Macroeconomics: Inflation and Unemployment Notes
Plan of Session
- Measurement of Unemployment
- Types of Unemployment
- Policies to Affect Employment
- Relationship Between Inflation and Unemployment
- Trade-Off Between Inflation and Unemployment
Why Unemployment Matters
- Impact on Output and Income: Unemployment generally reduces output and aggregate income.
- Increased Inequality: The unemployed typically suffer greater losses than employed individuals.
- Erosion of Human Capital: Skills may diminish due to prolonged unemployment.
- Psychic Costs: Feelings of self-worth and contribution diminish; leisure time cannot compensate for the pain of rejection (Layard, Nickell, and Jackman).
Measures of Unemployment
Claimant Count:
- Individuals claiming unemployment-related benefits.
- Current UK Rate: 4.6% (Oct 2024 - Dec 2024).
ILO Unemployment (LFS):
- Individuals who are out of work, actively seeking a job in the past four weeks, and available to start within two weeks.
- Current UK Rate: 4.4% (Oct 2024 - Dec 2024).

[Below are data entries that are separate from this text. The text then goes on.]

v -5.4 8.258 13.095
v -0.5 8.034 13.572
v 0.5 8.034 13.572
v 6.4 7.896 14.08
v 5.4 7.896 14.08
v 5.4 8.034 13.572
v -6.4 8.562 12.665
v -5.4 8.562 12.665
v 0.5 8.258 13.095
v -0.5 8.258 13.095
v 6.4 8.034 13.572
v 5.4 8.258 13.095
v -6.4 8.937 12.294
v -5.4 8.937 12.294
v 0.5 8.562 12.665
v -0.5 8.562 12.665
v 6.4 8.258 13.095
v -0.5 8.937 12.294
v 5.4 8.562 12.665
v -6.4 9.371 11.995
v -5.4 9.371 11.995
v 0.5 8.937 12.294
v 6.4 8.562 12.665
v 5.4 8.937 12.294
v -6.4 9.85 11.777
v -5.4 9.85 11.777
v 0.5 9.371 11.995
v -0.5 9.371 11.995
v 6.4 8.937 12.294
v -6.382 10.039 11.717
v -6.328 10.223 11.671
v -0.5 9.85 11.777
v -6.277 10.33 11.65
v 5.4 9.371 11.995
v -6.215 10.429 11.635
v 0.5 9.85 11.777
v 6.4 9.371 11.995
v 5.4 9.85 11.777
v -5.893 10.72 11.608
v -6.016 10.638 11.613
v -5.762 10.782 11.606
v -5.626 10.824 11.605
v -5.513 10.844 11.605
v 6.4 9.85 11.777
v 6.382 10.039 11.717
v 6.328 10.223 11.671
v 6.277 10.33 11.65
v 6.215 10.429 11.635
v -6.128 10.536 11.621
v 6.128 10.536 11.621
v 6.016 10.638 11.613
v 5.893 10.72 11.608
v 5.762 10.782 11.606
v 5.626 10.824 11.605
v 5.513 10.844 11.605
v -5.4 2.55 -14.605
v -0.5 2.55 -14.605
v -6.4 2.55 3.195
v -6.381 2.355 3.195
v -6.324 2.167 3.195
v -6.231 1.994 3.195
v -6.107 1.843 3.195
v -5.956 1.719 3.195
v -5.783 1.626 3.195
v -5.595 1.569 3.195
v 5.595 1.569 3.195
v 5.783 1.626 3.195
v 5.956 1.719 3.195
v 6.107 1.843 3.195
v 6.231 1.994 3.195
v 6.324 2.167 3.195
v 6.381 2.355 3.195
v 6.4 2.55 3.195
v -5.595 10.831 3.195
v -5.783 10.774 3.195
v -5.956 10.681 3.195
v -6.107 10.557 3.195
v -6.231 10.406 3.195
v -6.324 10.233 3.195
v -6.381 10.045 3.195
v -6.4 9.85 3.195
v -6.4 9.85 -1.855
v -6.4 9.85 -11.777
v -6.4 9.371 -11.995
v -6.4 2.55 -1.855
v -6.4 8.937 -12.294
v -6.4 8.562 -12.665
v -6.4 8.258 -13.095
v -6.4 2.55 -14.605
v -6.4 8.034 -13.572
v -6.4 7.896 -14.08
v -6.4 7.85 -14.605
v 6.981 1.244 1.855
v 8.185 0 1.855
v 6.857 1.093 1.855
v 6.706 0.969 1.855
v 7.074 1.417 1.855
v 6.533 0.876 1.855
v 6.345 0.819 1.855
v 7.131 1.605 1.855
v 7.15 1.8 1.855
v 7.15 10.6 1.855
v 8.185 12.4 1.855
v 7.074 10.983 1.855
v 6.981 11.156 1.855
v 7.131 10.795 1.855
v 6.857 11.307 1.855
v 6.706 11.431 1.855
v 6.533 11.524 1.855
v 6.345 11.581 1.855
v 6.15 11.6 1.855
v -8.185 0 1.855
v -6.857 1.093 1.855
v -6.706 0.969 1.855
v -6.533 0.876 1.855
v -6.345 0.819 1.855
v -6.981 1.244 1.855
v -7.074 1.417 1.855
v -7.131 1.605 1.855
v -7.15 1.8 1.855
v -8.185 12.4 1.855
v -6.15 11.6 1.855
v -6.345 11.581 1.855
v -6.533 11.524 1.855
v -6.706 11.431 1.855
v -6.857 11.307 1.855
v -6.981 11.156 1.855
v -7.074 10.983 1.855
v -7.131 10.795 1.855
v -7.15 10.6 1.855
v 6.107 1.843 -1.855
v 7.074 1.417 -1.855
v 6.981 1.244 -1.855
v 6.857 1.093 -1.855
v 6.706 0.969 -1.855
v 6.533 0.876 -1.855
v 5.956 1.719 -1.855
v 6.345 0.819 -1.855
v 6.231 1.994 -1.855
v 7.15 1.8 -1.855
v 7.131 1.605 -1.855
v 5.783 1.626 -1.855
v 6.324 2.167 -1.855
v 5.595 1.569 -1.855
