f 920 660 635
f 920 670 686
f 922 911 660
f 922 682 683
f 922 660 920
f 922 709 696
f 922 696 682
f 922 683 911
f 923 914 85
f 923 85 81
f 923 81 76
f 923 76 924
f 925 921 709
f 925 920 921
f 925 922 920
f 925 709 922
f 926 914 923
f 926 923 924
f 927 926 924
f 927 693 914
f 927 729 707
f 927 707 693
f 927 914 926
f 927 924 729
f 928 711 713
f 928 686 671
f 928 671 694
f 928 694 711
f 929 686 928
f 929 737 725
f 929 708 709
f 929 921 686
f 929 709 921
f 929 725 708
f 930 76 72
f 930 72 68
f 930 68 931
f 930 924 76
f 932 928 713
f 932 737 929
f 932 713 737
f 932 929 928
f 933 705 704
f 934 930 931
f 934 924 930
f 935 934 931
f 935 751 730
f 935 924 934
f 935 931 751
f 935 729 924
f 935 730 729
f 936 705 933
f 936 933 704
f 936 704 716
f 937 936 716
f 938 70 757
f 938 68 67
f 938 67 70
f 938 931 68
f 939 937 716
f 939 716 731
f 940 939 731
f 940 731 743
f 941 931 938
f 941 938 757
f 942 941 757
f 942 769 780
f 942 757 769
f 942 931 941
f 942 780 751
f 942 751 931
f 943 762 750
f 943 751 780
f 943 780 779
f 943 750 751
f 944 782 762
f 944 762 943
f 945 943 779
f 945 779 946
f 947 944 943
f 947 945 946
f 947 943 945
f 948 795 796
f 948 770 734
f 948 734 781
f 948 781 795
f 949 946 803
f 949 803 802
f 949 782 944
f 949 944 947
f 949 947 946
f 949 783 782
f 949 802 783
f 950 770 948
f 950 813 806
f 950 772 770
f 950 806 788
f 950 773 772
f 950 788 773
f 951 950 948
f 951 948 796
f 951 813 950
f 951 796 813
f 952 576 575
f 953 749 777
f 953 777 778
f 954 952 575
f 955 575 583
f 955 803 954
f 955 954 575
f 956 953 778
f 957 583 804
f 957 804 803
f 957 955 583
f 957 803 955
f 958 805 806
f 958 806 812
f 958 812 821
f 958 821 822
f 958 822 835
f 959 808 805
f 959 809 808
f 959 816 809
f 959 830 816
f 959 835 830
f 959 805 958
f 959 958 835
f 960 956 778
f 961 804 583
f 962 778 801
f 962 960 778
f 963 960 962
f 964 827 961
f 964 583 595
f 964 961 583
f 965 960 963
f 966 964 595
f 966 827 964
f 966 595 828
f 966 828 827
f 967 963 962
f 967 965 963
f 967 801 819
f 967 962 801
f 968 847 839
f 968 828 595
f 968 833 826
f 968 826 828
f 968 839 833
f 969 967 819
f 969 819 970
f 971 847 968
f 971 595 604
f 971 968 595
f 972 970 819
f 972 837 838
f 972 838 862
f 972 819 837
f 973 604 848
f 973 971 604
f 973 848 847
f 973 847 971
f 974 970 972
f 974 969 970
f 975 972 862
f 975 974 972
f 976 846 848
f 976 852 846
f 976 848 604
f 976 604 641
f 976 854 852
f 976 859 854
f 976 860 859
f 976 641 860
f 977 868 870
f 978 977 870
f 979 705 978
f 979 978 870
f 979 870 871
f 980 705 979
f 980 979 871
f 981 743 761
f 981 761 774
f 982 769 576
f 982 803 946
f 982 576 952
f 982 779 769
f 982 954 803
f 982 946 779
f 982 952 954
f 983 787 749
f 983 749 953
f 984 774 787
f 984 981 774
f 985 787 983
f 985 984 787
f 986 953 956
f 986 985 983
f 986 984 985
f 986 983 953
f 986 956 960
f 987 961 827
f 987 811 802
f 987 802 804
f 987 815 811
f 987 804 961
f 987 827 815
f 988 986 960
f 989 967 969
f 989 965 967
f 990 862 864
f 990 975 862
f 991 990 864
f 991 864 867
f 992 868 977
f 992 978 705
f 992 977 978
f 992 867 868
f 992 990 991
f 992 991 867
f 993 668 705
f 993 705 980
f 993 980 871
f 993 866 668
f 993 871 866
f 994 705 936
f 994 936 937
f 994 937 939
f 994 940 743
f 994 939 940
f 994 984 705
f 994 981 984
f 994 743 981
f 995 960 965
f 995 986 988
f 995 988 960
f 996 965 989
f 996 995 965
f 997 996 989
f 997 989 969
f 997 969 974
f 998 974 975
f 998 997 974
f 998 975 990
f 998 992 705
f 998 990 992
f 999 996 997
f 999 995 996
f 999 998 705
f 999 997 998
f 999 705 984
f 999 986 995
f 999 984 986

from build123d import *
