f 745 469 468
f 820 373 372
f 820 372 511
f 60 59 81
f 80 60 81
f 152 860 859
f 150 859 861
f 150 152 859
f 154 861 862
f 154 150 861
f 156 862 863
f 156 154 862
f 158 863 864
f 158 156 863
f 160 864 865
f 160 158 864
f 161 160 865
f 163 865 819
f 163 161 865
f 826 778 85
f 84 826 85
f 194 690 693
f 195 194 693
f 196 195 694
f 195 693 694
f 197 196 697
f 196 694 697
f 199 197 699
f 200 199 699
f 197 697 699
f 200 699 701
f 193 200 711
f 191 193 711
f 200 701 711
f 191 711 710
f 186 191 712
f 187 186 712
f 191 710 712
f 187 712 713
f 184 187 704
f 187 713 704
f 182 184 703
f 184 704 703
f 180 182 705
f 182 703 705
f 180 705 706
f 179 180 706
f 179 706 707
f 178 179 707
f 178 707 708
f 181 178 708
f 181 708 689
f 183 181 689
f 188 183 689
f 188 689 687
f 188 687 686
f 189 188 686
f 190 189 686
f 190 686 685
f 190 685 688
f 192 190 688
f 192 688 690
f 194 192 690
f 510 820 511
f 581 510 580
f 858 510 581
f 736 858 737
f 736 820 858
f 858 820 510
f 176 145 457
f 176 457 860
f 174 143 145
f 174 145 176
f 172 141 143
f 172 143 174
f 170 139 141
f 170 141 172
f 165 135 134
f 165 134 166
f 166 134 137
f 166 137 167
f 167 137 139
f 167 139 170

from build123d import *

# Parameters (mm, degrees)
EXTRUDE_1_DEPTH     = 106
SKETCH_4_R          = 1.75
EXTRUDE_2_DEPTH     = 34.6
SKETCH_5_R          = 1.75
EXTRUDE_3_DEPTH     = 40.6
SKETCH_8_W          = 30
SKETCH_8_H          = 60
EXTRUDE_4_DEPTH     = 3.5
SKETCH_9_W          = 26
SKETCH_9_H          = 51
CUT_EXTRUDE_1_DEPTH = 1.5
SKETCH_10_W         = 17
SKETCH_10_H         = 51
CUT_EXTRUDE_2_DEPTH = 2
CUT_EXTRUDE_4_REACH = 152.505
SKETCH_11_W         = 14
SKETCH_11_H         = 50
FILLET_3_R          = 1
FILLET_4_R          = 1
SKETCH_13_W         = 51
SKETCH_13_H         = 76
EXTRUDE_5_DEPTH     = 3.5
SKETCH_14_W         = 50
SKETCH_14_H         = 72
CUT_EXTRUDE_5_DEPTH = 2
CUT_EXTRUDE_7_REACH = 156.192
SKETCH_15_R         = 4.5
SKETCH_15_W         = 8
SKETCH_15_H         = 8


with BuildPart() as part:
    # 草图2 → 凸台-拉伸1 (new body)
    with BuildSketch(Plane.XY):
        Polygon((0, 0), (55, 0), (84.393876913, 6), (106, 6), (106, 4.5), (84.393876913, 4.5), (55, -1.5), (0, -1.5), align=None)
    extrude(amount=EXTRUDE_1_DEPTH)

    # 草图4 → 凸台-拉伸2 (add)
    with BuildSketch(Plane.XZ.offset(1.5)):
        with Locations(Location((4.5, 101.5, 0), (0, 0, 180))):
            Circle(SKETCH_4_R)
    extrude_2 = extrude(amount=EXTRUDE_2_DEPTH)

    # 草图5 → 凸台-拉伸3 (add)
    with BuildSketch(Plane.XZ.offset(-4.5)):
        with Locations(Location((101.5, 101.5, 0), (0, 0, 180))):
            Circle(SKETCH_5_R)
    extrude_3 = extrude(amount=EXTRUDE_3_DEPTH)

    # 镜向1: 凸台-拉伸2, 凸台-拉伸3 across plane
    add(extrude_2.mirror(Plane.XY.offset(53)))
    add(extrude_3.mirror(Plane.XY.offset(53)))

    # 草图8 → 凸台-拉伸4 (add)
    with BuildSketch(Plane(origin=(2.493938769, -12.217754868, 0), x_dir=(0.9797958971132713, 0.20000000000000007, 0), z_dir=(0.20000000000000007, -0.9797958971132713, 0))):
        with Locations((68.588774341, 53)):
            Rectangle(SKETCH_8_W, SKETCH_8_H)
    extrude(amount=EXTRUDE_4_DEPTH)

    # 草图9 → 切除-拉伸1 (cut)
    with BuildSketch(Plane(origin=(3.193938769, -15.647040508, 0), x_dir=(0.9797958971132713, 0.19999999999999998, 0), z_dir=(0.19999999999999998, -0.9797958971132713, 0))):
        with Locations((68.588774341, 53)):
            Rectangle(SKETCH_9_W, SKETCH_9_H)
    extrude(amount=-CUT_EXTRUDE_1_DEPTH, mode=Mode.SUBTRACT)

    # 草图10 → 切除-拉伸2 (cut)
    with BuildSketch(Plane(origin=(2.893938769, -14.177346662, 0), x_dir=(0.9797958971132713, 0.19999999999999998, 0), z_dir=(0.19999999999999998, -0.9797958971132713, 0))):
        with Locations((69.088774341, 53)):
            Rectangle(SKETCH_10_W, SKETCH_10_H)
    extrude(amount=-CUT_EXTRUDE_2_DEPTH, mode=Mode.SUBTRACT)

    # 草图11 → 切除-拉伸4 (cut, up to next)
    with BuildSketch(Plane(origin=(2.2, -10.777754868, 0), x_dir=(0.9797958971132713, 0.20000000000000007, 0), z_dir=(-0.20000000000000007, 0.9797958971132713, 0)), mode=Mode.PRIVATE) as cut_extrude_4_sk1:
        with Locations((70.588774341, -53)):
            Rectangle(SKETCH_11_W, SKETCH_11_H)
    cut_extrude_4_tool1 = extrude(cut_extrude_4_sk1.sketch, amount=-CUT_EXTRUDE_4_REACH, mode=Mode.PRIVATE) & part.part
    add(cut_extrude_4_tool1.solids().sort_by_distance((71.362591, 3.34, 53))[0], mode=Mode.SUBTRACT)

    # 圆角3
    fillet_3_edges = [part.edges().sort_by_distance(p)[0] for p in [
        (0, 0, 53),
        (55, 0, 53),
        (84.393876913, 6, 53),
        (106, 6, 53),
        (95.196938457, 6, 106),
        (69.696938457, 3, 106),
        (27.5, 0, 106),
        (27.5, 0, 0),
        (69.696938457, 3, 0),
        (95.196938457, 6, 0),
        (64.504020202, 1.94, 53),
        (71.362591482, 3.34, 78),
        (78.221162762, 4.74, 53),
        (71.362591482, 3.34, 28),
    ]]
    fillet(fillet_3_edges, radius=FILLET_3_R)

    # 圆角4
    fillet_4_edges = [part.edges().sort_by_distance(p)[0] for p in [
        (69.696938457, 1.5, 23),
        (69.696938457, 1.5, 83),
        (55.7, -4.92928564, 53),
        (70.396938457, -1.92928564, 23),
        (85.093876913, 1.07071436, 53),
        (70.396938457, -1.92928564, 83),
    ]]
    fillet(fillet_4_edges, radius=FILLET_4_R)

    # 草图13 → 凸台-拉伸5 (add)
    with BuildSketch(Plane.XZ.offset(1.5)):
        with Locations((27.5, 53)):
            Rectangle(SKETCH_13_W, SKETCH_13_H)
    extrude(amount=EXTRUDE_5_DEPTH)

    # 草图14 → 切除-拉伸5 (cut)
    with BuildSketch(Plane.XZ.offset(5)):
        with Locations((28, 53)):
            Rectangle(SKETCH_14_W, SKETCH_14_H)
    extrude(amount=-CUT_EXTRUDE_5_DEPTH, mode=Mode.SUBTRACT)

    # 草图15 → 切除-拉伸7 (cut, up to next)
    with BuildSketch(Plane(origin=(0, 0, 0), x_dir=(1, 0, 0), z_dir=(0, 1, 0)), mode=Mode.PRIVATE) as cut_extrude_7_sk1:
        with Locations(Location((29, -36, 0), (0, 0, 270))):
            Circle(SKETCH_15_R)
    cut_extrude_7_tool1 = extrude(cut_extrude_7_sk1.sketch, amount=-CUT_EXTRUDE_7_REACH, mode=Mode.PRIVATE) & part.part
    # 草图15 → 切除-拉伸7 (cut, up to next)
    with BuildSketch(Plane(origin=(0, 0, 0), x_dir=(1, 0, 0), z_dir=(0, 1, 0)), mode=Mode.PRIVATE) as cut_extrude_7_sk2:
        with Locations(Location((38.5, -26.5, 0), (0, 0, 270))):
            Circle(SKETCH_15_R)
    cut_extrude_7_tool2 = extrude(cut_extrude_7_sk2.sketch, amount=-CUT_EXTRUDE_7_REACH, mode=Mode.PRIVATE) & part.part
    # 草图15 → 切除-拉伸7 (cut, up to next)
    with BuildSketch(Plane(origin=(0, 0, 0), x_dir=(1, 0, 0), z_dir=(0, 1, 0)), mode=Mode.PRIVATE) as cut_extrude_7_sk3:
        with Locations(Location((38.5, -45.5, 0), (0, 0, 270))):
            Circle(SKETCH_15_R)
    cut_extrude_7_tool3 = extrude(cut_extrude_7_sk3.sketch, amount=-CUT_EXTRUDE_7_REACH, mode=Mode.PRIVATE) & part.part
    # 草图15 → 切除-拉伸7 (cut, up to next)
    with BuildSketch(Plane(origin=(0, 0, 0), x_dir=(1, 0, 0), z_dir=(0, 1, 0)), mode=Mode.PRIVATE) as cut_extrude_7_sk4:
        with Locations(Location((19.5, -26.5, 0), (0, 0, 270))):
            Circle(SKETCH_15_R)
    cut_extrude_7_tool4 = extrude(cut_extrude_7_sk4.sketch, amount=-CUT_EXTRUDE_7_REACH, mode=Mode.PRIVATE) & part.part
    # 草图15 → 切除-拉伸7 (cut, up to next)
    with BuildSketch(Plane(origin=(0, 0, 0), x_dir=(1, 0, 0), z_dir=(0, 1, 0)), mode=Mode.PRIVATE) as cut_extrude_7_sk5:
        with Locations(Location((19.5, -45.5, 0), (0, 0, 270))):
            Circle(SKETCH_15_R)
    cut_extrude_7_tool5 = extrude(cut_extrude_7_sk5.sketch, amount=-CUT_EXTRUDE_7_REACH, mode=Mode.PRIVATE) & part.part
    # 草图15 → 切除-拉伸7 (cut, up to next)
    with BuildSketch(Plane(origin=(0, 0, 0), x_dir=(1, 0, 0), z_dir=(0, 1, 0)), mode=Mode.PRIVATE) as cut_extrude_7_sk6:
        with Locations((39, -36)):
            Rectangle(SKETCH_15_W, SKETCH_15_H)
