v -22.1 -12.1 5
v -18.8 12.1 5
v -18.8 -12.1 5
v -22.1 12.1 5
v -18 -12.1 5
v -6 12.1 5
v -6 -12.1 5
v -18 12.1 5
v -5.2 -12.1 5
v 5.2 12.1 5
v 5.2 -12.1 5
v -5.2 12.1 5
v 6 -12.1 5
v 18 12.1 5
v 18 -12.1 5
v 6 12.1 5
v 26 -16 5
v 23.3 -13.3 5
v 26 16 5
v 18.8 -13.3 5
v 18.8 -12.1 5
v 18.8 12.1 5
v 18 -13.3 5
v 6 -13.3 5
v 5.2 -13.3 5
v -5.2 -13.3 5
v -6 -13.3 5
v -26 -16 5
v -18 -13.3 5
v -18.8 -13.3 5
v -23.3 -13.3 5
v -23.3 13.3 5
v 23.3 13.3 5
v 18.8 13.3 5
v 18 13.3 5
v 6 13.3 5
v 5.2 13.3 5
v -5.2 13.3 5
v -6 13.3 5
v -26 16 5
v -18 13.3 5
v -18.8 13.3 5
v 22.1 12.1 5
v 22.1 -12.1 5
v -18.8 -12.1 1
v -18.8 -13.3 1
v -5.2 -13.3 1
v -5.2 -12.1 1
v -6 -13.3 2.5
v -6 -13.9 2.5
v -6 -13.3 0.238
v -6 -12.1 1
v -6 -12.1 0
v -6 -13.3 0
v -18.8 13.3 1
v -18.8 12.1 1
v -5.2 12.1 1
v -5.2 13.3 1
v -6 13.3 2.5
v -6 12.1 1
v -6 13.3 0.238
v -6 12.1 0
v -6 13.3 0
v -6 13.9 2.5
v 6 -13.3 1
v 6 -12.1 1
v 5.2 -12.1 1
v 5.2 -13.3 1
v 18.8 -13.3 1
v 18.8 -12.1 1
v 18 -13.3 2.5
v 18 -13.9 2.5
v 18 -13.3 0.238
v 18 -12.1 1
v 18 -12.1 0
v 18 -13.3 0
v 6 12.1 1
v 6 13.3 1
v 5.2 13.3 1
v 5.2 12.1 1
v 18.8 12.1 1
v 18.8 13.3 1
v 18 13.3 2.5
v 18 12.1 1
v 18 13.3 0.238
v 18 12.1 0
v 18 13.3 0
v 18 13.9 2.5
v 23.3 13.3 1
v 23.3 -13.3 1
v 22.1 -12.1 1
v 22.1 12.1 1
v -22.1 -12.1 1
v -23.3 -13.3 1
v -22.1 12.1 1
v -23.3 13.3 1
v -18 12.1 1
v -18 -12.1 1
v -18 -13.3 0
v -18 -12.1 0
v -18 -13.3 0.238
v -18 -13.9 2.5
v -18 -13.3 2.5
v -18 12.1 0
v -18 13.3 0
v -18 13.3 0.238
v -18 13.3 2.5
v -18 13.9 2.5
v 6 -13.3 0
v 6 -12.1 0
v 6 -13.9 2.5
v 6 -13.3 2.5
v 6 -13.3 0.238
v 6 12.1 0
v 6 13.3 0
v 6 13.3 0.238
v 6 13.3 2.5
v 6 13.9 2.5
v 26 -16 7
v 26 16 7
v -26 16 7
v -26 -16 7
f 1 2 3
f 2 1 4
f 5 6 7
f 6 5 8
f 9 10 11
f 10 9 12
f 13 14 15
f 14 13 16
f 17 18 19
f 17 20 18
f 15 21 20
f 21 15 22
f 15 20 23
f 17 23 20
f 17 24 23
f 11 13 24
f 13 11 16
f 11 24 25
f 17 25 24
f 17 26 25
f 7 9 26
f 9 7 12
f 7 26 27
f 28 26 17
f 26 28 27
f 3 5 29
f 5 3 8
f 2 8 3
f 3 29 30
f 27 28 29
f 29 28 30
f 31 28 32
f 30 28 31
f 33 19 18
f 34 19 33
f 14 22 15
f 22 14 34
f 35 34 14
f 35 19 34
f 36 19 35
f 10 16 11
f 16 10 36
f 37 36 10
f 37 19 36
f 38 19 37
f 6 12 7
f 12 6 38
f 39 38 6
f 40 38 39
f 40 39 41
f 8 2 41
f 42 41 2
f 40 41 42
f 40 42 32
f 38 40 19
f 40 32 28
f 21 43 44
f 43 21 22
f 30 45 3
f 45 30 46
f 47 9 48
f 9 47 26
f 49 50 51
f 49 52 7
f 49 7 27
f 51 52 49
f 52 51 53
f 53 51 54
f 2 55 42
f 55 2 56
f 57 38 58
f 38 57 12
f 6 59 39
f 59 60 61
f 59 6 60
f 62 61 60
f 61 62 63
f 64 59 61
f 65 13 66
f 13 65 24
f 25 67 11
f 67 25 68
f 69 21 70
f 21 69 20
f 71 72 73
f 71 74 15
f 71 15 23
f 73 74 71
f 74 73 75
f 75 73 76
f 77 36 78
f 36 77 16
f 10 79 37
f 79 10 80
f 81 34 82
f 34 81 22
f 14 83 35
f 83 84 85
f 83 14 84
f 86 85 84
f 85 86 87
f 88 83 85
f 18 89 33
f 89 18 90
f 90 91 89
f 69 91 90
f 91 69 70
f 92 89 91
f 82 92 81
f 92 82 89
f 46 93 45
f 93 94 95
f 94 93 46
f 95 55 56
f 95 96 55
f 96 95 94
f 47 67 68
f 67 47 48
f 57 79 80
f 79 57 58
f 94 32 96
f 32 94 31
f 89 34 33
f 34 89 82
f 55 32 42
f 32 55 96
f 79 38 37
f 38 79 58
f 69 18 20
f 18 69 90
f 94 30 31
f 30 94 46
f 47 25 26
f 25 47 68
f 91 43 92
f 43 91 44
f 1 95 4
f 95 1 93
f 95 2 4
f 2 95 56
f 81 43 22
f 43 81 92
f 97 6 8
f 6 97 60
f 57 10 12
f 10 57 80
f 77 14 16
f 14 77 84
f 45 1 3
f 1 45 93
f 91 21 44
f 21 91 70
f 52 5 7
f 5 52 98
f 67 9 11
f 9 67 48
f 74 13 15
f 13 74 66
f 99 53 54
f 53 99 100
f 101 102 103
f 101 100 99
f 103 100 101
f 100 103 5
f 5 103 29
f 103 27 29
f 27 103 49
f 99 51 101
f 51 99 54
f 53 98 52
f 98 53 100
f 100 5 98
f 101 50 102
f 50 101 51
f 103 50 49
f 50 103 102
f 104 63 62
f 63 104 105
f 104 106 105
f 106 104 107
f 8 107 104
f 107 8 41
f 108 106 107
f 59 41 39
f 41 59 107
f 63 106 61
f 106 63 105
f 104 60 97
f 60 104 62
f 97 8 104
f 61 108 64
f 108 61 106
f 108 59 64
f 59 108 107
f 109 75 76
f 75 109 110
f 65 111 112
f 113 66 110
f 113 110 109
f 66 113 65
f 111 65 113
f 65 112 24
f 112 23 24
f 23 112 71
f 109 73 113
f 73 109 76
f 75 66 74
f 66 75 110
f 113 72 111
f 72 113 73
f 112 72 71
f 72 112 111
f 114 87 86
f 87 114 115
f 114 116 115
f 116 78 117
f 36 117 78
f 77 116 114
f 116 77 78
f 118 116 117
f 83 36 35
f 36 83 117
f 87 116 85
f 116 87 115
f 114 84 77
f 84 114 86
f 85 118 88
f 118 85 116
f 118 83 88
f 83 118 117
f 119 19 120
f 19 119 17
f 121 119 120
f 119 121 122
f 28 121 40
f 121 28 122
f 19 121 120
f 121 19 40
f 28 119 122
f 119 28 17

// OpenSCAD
// Snap-fit lid for 50x30 box, 1.5 mm walls, PETG. Z up, lid top faces up.
// Assumptions: box inner = 47x27; box has a small matching groove/undercut
// 2.5 mm below its top edge on the long inner walls for the hooks to catch.
plate_t   = 2;      // top plate thickness
overhang  = 1;      // plate overhang per side -> 52x32
clr       = 0.2;    // clearance per side between rim and box inner wall
rim_t     = 1.2;    // rim wall thickness
rim_h     = 4;      // rim depth below plate
hook_w    = 12;     // hook tab width
slot      = 0.8;    // relief slot each side of hook tab
barb      = 0.6;    // barb protrusion
hook_x    = 12;     // hook centres at x = +-12
ox = 47 - 2*clr;  oy = 27 - 2*clr;   // rim outer 46.6 x 26.6
z0 = 1;             // rim bottom; plate underside at z = z0+rim_h = 5

module rim() {
  difference() {
    translate([-ox/2,-oy/2,z0]) cube([ox,oy,rim_h+0.01]);
    translate([-ox/2+rim_t,-oy/2+rim_t,z0-1]) cube([ox-2*rim_t,oy-2*rim_t,rim_h+2]);
    // relief slots around hook tabs
    for (sx=[-1,1], sy=[-1,1], d=[-1,1])
      translate([sx*hook_x + d*(hook_w/2+slot/2) - slot/2, sy*(oy/2-rim_t/2) - 1.5, z0-1])
        cube([slot,3,rim_h+1]);
  }
}
module hook(sy) {
  translate([0,sy*(oy/2),0]) mirror([0,sy<0?1:0,0]) {
    // tab, extends down below the rim
    translate([-hook_w/2,-rim_t,0]) cube([hook_w,rim_t,z0+rim_h]);
    // barb: flat catch face at z=2.5 (2.5 below box top), ramp for lead-in
    rotate([90,0,90]) translate([0,0,-hook_w/2])
      linear_extrude(hook_w) polygon([[-0.01,2.5],[barb,2.5],[-0.01,0.2]]);
  }
}
union() {
  translate([-(50+2*overhang)/2+0,-(30+2*overhang)/2,z0+rim_h])
    cube([50+2*overhang,30+2*overhang,plate_t]);
  rim();
  for (sx=[-1,1], sy=[-1,1]) translate([sx*hook_x,0,0]) hook(sy);
}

Employment Definition: Includes anyone working at least one hour of paid work, in training schemes, unpaid family work, or temporarily absent from a job.
Survey vs. Actual Count:
- Claimant Count is a comprehensive measure.
- Labour Force Survey is based on a sample of 40,000 people and averages results from the last three surveys.
Types of Unemployment
- Cyclical:
- Related to demand changes in the business cycle; can be influenced by aggregate demand (AD) policies.
- Frictional:
- Temporary unemployment from job turnover and market dynamism.
- Structural:
- Mismatch of skills between workers and jobs available.
- Equilibrium Unemployment:
- Combination of frictional and structural unemployment.
Policies to Affect Unemployment
- Cyclical Unemployment: Can be addressed through successful AD policies to keep GDP around potential output (Y*).
- Frictional and Structural Unemployment: Require targeted, microeconomic policies for faster adjustments, including:
- Education and training
- Relocation support
- Work incentives
- Ineffective Policies:
- Reducing workweek
- Protectionism
- Anti-technology measures
- Effective Flexibility: Policies facilitating easier labor market participation are beneficial.
The Phillips Curve
- Original Concept: Relates wage inflation to the levels of unemployment; adapted to relate unit cost inflation to GDP.
- Implications:
- Identifies how demand states affect inflation, suggesting inflation is positive when GDP (Y) exceeds potential output (Y) and negative when Y < Y.
- Expectations-Augmented Phillips Curve:
- Shows how GDP relates to unit cost inflation, influenced by expected inflation levels.
Equilibrium Unemployment and Potential GDP
- Equilibrium Unemployment: The level of unemployment that occurs when GDP is equal to potential GDP (Y*). Also known as:
- Natural Rate of Unemployment
- Non-accelerating inflation rate of unemployment (NAIRU).
Trade-Off Between Inflation and Unemployment
- Short Run: Yes, increased demand can lead to higher GDP, reduced unemployment, and higher inflation.
- Long Run: No, if GDP is sustained above potential output and unemployment below its natural rate, inflation accelerates unsustainably.
- Sustainable Unemployment: Achieved at the natural rate (U*), consistent with a range of expected inflation levels, supported by monetary policies.
- Inflation Targeting: Effective regimes have stabilized inflation expectations, potentially flattening the short-run Phillips curve and lowering equilibrium unemployment levels.